The arbitrators also pointed out that the time during which the funds were deposited in bank accounts in Mauritius was short—from May 2015 to May 2016. Although holding that such a duration did not in itself disqualify a contribution as an investment, they highlighted that projects of this kind would take “much more time to assimilate in a new environment” (para. 144).
The alleged investment did not entail risks
Although the project’s business plan described the laboratory’s commercial risks, the tribunal noted that the project never got off the ground. Hence, it could only consider the risks associated with the transfer of funds. Since the claimants always remained in control over the funds and could transfer or repatriate them whenever they wished, the tribunal held that they did not make a contribution that entailed participating in the risks of the operation.
The application of the MFN clause to dispute resolution
The parties did not dispute that the France–Mauritius BIT does not contain an arbitration agreement for investor–state disputes. All Article 9 of the BIT provides for is a contracting state’s obligation to include an arbitration agreement in investment contracts concluded with nationals of the other contracting state.
The claimants invoked the MFN clause in the France–Mauritius BIT, asking the tribunal to apply the investor–state arbitration agreement contained in Article 9 of the Finland–Mauritius BIT, which, according to the claimants, consisted in more favourable treatment granted to Finnish investors, since “it does not contain any obligation to settle the dispute amicably and offers the investor a choice between different arbitral institutions” (para. 181).
The tribunal held that MFN clauses may apply to dispute resolution provisions in other agreements, provided that this was the intention of the contracting states. According to the tribunal, the interpretation should follow the standards provided by VCLT Article 31 and the principle of ejusdem generis.
The tribunal found that the MFN clause applied only to matters governed by the France–Mauritius BIT other than those referred to in its Article 7, which deals with tax matters. Considering that investor–state arbitration was not a matter governed by the BIT, it concluded that the MFN clause could not extend to this matter. “Using the MFN clause to import such consent would create obligations Mauritius never undertook,” the tribunal indicated (para. 219).

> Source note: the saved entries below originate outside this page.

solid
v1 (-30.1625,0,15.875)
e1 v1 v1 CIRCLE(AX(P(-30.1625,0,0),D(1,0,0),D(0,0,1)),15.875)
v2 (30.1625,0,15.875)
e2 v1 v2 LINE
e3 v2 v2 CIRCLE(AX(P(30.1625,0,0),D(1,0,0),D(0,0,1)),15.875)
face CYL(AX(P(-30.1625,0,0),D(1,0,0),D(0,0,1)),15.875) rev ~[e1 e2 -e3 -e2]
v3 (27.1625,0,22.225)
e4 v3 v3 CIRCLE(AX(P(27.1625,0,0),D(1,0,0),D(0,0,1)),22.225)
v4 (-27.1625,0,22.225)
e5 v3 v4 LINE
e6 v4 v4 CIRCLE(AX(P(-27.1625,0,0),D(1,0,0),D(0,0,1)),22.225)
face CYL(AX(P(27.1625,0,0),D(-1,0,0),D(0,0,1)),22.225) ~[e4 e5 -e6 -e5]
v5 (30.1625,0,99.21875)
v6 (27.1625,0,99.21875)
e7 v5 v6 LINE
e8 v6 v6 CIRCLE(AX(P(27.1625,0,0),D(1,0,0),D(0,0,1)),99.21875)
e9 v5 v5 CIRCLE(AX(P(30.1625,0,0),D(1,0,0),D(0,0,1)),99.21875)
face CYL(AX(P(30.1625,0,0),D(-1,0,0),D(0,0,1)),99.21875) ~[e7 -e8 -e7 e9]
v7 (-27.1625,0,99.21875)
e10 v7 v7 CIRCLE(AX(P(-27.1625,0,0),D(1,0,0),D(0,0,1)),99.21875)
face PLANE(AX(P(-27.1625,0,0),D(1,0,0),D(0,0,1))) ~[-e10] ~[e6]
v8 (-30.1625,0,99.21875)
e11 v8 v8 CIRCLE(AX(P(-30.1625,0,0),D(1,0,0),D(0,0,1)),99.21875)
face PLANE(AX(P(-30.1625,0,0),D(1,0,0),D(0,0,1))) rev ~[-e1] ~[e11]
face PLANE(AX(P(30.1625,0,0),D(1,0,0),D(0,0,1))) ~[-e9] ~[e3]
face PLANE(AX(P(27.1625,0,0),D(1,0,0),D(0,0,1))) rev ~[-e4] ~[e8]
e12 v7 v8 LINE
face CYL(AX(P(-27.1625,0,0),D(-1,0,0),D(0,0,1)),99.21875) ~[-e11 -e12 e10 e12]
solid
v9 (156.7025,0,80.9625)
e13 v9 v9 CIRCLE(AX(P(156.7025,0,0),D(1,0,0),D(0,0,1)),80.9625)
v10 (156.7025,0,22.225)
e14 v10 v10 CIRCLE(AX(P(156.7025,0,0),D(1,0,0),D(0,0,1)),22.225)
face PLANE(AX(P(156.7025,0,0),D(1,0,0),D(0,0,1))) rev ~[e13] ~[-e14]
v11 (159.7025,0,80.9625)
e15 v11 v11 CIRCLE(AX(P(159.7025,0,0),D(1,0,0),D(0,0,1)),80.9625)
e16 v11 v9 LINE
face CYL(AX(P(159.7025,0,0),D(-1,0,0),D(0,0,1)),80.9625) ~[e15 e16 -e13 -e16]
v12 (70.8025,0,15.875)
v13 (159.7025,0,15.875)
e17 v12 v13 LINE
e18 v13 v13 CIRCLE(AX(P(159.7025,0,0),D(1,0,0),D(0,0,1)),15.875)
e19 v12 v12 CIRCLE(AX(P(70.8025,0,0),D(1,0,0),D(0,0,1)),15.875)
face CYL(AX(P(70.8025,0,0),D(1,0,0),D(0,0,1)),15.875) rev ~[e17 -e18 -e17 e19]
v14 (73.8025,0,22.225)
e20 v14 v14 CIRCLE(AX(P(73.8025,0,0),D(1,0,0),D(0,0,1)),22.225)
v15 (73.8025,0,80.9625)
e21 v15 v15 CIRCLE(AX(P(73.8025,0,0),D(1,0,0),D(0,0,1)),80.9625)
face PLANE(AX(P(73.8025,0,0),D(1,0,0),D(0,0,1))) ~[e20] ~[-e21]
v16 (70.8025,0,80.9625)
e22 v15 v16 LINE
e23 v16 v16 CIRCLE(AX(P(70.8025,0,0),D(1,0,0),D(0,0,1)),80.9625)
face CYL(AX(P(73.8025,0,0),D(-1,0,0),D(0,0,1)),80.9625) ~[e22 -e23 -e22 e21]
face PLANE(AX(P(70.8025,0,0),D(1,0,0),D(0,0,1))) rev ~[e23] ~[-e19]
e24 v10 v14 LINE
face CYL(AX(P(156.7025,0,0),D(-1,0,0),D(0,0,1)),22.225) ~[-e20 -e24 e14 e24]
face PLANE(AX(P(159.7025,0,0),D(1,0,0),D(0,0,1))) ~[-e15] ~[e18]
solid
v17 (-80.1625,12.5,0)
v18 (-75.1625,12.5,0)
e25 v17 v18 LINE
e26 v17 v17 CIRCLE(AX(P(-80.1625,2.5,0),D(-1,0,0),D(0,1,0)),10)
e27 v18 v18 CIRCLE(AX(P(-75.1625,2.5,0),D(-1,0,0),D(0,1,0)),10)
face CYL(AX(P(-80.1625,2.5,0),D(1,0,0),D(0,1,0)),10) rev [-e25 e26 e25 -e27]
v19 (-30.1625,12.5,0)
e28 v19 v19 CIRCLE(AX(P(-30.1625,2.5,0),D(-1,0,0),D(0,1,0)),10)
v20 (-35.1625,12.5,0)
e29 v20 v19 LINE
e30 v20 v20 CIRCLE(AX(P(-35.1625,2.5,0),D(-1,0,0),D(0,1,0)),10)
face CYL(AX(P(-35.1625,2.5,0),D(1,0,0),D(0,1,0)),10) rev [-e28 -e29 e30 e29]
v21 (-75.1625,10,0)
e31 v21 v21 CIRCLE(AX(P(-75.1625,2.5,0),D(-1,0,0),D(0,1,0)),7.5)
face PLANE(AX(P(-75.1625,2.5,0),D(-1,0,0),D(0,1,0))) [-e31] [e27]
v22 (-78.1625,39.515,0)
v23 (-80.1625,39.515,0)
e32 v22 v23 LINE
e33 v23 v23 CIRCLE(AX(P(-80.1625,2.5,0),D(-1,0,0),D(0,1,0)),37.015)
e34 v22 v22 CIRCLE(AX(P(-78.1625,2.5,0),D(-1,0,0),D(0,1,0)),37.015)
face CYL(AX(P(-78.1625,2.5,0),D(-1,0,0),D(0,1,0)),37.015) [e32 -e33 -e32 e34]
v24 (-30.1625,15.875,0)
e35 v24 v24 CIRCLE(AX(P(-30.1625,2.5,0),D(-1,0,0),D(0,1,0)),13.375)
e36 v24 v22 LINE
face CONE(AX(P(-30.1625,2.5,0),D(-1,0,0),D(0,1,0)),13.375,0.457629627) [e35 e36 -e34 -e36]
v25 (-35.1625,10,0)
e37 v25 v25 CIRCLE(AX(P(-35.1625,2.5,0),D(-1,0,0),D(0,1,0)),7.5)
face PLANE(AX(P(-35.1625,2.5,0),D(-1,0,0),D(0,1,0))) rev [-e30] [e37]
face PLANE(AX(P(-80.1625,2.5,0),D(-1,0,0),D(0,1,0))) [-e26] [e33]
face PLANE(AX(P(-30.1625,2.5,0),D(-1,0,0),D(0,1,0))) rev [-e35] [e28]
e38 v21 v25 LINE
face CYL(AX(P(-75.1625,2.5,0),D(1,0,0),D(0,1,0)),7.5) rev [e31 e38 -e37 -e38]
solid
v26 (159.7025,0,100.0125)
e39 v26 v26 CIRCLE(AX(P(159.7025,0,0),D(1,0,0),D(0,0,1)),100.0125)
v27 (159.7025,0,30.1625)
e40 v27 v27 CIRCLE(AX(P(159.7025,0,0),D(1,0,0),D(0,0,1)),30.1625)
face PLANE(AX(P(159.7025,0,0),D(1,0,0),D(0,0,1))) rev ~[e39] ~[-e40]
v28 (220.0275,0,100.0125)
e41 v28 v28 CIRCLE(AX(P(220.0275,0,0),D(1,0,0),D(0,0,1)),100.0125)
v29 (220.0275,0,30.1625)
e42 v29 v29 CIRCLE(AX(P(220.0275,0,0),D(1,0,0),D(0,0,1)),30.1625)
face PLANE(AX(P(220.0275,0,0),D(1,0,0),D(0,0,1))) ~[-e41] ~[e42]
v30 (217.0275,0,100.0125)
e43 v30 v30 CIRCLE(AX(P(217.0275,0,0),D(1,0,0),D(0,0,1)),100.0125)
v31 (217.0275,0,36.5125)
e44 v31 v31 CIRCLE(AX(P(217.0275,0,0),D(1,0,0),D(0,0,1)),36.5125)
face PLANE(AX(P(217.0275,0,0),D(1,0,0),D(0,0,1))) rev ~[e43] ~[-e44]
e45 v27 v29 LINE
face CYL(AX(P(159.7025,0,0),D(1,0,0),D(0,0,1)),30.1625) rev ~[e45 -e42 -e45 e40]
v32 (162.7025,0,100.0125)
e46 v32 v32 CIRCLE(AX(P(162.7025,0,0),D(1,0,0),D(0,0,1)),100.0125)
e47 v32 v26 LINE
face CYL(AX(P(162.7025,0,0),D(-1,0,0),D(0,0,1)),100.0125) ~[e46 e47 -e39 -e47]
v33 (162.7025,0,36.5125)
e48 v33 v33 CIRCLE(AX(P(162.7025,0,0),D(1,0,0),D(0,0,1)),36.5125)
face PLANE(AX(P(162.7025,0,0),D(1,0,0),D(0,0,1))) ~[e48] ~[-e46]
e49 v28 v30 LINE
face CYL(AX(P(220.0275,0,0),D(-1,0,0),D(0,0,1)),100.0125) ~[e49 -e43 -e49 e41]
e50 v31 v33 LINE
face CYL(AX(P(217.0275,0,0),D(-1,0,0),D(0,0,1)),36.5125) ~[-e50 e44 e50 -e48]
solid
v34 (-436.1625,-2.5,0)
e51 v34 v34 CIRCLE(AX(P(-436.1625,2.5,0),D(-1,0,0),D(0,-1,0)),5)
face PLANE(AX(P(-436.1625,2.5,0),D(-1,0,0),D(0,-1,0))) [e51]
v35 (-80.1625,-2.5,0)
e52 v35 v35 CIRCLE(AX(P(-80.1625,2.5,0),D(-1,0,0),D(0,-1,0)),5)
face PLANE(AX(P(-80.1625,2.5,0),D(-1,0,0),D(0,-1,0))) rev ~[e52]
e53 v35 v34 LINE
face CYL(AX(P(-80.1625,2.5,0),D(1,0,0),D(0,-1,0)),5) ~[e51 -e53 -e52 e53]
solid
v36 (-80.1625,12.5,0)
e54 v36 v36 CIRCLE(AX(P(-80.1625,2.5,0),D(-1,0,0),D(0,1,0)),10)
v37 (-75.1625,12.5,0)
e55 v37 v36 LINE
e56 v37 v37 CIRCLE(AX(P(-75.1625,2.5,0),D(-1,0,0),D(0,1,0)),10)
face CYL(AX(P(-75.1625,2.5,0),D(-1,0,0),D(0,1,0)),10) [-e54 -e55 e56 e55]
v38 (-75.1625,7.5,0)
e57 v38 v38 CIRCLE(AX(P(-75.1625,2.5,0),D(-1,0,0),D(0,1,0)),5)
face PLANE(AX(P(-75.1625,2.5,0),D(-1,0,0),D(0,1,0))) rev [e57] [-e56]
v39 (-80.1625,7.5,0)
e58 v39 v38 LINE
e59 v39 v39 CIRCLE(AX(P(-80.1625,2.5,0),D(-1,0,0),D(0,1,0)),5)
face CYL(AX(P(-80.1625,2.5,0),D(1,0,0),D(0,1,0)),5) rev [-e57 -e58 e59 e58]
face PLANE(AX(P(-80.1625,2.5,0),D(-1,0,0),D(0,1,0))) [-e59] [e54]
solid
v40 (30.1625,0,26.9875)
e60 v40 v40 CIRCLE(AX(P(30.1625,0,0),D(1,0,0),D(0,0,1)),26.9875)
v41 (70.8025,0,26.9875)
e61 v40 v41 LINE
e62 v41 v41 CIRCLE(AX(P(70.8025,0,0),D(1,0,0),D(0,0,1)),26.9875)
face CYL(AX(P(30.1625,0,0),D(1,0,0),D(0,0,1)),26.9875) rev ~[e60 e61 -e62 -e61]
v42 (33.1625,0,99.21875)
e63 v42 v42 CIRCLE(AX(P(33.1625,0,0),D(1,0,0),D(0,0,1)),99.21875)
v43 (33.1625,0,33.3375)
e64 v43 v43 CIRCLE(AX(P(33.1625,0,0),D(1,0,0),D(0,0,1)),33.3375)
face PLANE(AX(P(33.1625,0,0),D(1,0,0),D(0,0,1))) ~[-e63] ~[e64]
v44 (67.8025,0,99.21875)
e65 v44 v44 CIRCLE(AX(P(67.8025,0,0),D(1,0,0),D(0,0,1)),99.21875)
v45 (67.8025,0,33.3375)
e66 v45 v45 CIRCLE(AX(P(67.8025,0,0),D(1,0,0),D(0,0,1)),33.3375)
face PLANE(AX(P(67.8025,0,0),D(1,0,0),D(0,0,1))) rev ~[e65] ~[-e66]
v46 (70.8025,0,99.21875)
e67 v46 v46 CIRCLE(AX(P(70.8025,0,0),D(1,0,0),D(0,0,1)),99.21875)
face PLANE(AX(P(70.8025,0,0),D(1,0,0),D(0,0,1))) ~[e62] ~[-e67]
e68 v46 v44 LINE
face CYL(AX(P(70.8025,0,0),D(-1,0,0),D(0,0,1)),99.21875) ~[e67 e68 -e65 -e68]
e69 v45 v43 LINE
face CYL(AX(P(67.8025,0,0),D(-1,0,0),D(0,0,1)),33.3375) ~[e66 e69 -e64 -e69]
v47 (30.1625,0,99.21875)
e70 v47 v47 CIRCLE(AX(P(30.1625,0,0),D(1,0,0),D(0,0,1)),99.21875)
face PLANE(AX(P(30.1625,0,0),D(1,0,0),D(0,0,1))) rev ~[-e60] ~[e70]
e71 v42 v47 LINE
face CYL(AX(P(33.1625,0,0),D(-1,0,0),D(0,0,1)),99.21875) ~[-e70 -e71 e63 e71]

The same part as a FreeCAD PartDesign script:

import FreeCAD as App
import Part
import Sketcher

V = App.Vector
Q = App.Units.Quantity


def add_polygon(sketch, points):
    """Adds a closed chain of lines whose ends are joined by coincident constraints."""
    first, n = sketch.GeometryCount, len(points)
    for a, b in zip(points, points[1:] + points[:1]):
        sketch.addGeometry(Part.LineSegment(App.Vector(*a, 0), App.Vector(*b, 0)), False)
    for i in range(n):
        sketch.addConstraint(Sketcher.Constraint("Coincident", first + i, 2, first + (i + 1) % n, 1))

doc = App.newDocument("Part")
body = doc.addObject("PartDesign::Body", "Body")

sketch1 = body.newObject("Sketcher::SketchObject", "Sketch")
sketch1.AttachmentSupport = (doc.getObject("XZ_Plane"), [""])
sketch1.MapMode = "FlatFace"
add_polygon(sketch1, [(-27.1625, 99.21875), (-30.1625, 99.21875), (-30.1625, 15.875), (30.1625, 15.875), (30.1625, 99.21875), (27.1625, 99.21875), (27.1625, 22.225), (-27.1625, 22.225)])
sketch1.addConstraint(Sketcher.Constraint("Horizontal", 0))
sketch1.addConstraint(Sketcher.Constraint("Vertical", 1))
sketch1.addConstraint(Sketcher.Constraint("Horizontal", 2))
sketch1.addConstraint(Sketcher.Constraint("Vertical", 3))
sketch1.addConstraint(Sketcher.Constraint("Horizontal", 4))
sketch1.addConstraint(Sketcher.Constraint("Vertical", 5))
sketch1.addConstraint(Sketcher.Constraint("Horizontal", 6))
sketch1.addConstraint(Sketcher.Constraint("Vertical", 7))
sketch1.addConstraint(Sketcher.Constraint("Symmetric", 0, 2, 3, 2, -2))
sketch1.addConstraint(Sketcher.Constraint("Equal", 0, 4))
sketch1.addConstraint(Sketcher.Constraint("DistanceX", 2, 1, 2, 2, Q("2.375 in")))
sketch1.addConstraint(Sketcher.Constraint("DistanceY", 1, 2, 1, 1, Q("3.28125 in")))
sketch1.addConstraint(Sketcher.Constraint("DistanceY", 5, 2, 5, 1, Q("3.03125 in")))
sketch1.addConstraint(Sketcher.Constraint("DistanceY", -1, 1, 0, 2, Q("3.90625 in")))
sketch1.addConstraint(Sketcher.Constraint("DistanceX", 0, 2, 0, 1, Q("3 mm")))
revolution = body.newObject("PartDesign::Revolution", "Revolution")
revolution.Profile = sketch1
revolution.ReferenceAxis = (sketch1, ["H_Axis"])
revolution.Angle = 360
body2 = doc.addObject("PartDesign::Body", "Body001")

sketch2 = body2.newObject("Sketcher::SketchObject", "Sketch001")
sketch2.AttachmentSupport = (doc.getObject("XZ_Plane001"), [""])
sketch2.MapMode = "FlatFace"
add_polygon(sketch2, [(33.1625, 99.21875), (30.1625, 99.21875), (30.1625, 26.9875), (70.8025, 26.9875), (70.8025, 99.21875), (67.8025, 99.21875), (67.8025, 33.3375), (33.1625, 33.3375)])
sketch2.addConstraint(Sketcher.Constraint("Horizontal", 0))
sketch2.addConstraint(Sketcher.Constraint("Vertical", 1))
sketch2.addConstraint(Sketcher.Constraint("Horizontal", 2))
sketch2.addConstraint(Sketcher.Constraint("Vertical", 3))
sketch2.addConstraint(Sketcher.Constraint("Horizontal", 4))
sketch2.addConstraint(Sketcher.Constraint("Vertical", 5))
sketch2.addConstraint(Sketcher.Constraint("Horizontal", 6))
sketch2.addConstraint(Sketcher.Constraint("Vertical", 7))
sketch2.addConstraint(Sketcher.Constraint("Horizontal", 0, 2, 3, 2))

Finally, the tribunal addressed the issue of post-treaty practice, as France and Mauritius signed a new BIT in 2010 but did not ratify it. As the tribunal noted, the draft bill requesting the French Parliament to ratify the 2010 BIT indicated that the treaty was important because it would allow the possibility of “resort[ing] to international arbitration on the basis of the consent expressed by the State.” (para. 232, note 342). For the tribunal, this indicated that France was not convinced that its nationals had access to arbitration against Mauritius via the MFN clause of the 1973 BIT.
Decision and costs
The tribunal decided it lacked jurisdiction over the case and ordered the claimants to bear the arbitration costs in full, each party bearing its own legal costs.
Notes: The tribunal was composed of Maxi Scherer (presiding arbitrator appointed by the co-arbitrators, British national), Olivier Caprasse (claimants’ appointee, Belgian national) and Jan Paulsson (respondent’s appointee, U.S. national). The award of August 23, 2019, is available at https://www.italaw.com/sites/default/files/case-documents/italaw10817.pdf
Pietro Benedetti Teixeira Webber is a lawyer at Judith Martins-Costa Advogados (Porto Alegre, Brazil). He is also the President of the Brazilian Association of Arbitration Students (ABEArb).